• **Work instruction**
As soon as the line containing "v 51.685 0 -19.8" appears in the material below, start returning lines exactly, and end with the line containing "v 16.685 -3 11.3".
=-=-=
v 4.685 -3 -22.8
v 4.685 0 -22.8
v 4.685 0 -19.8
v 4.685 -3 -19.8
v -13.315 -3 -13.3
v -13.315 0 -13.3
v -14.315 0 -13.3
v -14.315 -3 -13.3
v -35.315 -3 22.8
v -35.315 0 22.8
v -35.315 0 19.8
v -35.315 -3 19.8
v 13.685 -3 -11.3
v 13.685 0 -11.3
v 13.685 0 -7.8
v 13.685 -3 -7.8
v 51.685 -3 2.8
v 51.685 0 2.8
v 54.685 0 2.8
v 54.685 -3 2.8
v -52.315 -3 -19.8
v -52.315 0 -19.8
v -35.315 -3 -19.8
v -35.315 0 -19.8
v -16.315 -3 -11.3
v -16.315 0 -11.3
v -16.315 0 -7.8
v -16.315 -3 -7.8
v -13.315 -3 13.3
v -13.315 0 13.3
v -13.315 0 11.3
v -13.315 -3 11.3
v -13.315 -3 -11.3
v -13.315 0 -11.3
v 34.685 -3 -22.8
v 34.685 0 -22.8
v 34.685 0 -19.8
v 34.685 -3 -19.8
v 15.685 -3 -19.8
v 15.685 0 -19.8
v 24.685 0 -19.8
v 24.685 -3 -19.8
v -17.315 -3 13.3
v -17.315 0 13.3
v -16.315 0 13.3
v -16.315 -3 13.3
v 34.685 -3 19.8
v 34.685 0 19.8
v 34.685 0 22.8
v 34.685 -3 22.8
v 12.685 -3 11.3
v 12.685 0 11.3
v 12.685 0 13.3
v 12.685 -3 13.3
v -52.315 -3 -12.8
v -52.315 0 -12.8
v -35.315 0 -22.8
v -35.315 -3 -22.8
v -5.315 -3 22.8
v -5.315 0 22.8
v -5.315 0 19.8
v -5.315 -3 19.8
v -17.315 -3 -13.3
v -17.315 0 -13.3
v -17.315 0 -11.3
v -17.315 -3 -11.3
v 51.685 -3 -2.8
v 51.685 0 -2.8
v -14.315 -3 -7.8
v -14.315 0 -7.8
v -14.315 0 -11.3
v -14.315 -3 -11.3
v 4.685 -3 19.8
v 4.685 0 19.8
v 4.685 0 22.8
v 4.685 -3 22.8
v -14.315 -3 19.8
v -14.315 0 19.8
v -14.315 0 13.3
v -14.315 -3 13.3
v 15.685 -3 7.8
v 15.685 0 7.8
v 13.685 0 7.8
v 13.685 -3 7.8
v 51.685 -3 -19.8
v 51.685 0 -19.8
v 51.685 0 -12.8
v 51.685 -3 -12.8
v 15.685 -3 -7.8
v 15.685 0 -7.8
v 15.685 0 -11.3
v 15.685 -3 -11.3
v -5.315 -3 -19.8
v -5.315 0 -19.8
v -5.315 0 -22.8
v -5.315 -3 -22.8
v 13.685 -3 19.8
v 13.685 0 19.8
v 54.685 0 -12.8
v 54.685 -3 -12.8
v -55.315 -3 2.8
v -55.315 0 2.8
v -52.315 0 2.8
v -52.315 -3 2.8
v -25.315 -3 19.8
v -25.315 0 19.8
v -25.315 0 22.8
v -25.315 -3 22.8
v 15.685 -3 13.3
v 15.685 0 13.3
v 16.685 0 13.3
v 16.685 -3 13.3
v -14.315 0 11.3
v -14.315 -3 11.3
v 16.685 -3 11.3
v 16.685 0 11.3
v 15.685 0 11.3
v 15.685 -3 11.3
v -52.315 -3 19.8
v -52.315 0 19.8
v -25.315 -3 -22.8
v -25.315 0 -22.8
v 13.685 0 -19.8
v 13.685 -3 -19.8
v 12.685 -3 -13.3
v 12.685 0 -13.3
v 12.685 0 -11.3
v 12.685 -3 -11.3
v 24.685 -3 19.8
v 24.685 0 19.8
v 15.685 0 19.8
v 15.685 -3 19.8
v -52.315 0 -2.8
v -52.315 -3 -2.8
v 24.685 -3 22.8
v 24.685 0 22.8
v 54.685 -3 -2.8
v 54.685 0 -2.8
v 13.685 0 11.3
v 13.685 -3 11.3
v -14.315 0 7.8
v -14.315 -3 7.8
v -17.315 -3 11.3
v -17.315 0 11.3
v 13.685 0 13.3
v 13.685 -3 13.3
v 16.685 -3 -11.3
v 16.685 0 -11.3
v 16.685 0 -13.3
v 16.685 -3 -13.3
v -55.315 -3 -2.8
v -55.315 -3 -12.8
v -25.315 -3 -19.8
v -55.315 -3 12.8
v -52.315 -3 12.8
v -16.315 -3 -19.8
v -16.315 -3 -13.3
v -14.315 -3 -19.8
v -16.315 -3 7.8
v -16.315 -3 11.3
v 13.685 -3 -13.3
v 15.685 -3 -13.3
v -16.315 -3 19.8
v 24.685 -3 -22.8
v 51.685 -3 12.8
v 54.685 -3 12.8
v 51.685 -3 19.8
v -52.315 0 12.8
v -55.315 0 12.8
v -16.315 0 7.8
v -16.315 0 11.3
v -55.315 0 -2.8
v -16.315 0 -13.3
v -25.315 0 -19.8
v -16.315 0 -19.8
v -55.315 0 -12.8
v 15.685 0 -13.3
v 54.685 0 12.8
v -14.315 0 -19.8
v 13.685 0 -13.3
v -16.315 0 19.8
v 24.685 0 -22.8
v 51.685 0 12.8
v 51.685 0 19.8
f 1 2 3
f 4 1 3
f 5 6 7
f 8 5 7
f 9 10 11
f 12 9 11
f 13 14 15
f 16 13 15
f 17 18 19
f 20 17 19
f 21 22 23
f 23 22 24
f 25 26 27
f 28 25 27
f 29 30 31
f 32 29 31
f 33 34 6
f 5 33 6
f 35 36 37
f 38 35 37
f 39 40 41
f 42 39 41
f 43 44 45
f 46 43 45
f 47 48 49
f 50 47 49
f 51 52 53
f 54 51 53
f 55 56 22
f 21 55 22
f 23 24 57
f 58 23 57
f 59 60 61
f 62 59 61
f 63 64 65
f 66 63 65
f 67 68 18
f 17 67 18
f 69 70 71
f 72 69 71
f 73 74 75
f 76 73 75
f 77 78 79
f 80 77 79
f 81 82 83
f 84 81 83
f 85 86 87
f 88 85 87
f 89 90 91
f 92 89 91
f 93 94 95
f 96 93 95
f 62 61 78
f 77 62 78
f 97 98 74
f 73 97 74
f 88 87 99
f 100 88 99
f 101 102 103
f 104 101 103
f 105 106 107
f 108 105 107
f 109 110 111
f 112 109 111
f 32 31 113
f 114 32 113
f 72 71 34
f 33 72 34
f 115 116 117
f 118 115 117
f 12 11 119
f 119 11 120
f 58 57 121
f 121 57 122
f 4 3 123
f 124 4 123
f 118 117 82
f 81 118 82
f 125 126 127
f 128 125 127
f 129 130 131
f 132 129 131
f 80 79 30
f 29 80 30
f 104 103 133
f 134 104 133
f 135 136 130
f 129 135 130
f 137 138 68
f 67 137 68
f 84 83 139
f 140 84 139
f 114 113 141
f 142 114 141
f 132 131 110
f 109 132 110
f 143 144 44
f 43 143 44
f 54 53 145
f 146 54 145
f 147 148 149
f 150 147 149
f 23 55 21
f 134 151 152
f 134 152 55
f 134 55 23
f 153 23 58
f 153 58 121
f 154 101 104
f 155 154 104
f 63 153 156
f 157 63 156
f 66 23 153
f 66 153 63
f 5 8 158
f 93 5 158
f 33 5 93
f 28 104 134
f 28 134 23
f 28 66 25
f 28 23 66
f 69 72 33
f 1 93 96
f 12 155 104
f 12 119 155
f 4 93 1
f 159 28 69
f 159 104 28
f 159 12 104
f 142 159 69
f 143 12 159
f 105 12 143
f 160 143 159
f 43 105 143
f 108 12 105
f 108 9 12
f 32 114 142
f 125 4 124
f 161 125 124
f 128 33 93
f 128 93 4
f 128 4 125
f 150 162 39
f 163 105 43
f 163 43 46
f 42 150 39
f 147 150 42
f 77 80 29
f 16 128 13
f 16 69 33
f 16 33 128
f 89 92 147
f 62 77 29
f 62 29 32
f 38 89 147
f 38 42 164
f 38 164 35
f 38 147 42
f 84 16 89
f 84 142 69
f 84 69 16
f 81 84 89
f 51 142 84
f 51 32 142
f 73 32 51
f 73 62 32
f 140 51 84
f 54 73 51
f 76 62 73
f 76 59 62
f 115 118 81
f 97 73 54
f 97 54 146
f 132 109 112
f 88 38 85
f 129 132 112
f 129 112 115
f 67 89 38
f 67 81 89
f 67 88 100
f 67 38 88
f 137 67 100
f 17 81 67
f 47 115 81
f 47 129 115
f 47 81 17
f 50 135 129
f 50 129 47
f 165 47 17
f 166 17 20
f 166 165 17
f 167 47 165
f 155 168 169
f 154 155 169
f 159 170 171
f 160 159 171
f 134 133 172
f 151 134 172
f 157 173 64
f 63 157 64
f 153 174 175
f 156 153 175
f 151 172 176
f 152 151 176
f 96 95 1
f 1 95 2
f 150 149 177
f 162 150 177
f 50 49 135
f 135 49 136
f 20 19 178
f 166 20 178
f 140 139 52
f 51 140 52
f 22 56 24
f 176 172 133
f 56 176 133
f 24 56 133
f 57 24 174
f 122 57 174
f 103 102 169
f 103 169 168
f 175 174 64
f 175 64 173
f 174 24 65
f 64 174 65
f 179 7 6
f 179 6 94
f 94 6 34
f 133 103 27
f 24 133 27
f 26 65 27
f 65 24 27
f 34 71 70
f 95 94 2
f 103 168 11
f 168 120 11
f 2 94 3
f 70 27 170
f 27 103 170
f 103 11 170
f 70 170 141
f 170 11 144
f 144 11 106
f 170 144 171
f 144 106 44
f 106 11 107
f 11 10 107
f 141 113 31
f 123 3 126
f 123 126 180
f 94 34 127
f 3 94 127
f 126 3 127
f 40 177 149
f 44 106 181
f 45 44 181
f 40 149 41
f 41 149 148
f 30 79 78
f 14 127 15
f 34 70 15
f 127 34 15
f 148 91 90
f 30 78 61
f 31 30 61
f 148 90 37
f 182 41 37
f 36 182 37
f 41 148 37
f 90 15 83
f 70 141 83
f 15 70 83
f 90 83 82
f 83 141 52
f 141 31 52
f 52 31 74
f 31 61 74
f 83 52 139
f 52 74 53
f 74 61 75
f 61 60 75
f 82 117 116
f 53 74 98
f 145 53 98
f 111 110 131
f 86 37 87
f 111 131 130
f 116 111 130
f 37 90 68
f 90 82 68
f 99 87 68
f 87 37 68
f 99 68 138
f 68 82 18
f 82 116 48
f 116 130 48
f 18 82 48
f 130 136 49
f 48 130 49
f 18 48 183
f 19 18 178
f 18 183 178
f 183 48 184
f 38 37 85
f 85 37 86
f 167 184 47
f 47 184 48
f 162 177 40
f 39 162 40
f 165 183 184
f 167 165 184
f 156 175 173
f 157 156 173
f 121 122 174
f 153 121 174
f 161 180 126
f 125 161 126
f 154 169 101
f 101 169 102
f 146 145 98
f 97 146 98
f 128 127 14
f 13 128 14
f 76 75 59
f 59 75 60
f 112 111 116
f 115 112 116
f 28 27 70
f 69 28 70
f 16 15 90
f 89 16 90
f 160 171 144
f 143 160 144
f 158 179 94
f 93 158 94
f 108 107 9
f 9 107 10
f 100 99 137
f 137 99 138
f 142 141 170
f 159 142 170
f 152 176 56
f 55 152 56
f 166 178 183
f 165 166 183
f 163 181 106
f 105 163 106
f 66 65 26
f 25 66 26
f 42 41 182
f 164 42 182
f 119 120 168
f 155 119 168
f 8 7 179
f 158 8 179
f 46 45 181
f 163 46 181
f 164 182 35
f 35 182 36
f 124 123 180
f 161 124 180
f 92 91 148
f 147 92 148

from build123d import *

# Parameters (mm, degrees)
F1_DEPTH = 3


with BuildPart() as f1:
    # F0 (on Front) → F1 (new body)
    with BuildSketch(Plane.XZ):
        Polygon((-52.314732, 2.8), (-52.314732, 0), (-52.314732, -2.8), (-55.314732, -2.8), (-55.314732, -12.8), (-52.314732, -12.8), (-52.314732, -19.8), (-35.314732, -19.8), (-35.314732, -22.8), (-25.314732, -22.8), (-25.314732, -19.8), (-16.314732, -19.8), (-16.314732, -13.3), (-17.314732, -13.3), (-17.314732, -11.3), (-16.314732, -11.3), (-16.314732, -7.8), (-14.314732, -7.8), (-14.314732, -11.3), (-13.314732, -11.3), (-13.314732, -13.3), (-14.314732, -13.3), (-14.314732, -19.8), (-5.314732, -19.8), (-5.314732, -22.8), (-0.314732, -22.8), (4.685268, -22.8), (4.685268, -19.8), (13.685268, -19.8), (13.685268, -13.3), (12.685268, -13.3), (12.685268, -11.3), (13.685268, -11.3), (13.685268, -7.8), (15.685268, -7.8), (15.685268, -11.3), (16.685268, -11.3), (16.685268, -13.3), (15.685268, -13.3), (15.685268, -19.8), (24.685268, -19.8), (24.685268, -22.8), (34.685268, -22.8), (34.685268, -19.8), (51.685268, -19.8), (51.685268, -12.8), (54.685268, -12.8), (54.685268, -2.8), (51.685268, -2.8), (51.685268, 0), (51.685268, 2.8), (54.685268, 2.8), (54.685268, 12.8), (51.685268, 12.8), (51.685268, 19.8), (34.685268, 19.8), (34.685268, 22.8), (24.685268, 22.8), (24.685268, 19.8), (15.685268, 19.8), (15.685268, 13.3), (16.685268, 13.3), (16.685268, 11.3), (15.685268, 11.3), (15.685268, 7.8), (13.685268, 7.8), (13.685268, 11.3), (12.685268, 11.3), (12.685268, 13.3), (13.685268, 13.3), (13.685268, 19.8), (4.685268, 19.8), (4.685268, 22.8), (-0.314732, 22.8), (-5.314732, 22.8), (-5.314732, 19.8), (-14.314732, 19.8), (-14.314732, 13.3), (-13.314732, 13.3), (-13.314732, 11.3), (-14.314732, 11.3), (-14.314732, 7.8), (-16.314732, 7.8), (-16.314732, 11.3), (-17.314732, 11.3), (-17.314732, 13.3), (-16.314732, 13.3), (-16.314732, 19.8), (-25.314732, 19.8), (-25.314732, 22.8), (-35.314732, 22.8), (-35.314732, 19.8), (-52.314732, 19.8), (-52.314732, 12.8), (-55.314732, 12.8), (-55.314732, 2.8), align=None)
    extrude(amount=F1_DEPTH)


solid = f1.part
=-=-=
• **Solution to the problem**
v 51.685 0 -19.8
v 51.685 0 -12.8
v 51.685 -3 -12.8
v 15.685 -3 -7.8
v 15.685 0 -7.8
v 15.685 0 -11.3
v 15.685 -3 -11.3
v -5.315 -3 -19.8
v -5.315 0 -19.8
v -5.315 0 -22.8
v -5.315 -3 -22.8
v 13.685 -3 19.8
v 13.685 0 19.8
v 54.685 0 -12.8
v 54.685 -3 -12.8
v -55.315 -3 2.8
v -55.315 0 2.8
v -52.315 0 2.8
v -52.315 -3 2.8
v -25.315 -3 19.8
v -25.315 0 19.8
v -25.315 0 22.8
v -25.315 -3 22.8
v 15.685 -3 13.3
v 15.685 0 13.3
v 16.685 0 13.3
v 16.685 -3 13.3
v -14.315 0 11.3
v -14.315 -3 11.3
v 16.685 -3 11.3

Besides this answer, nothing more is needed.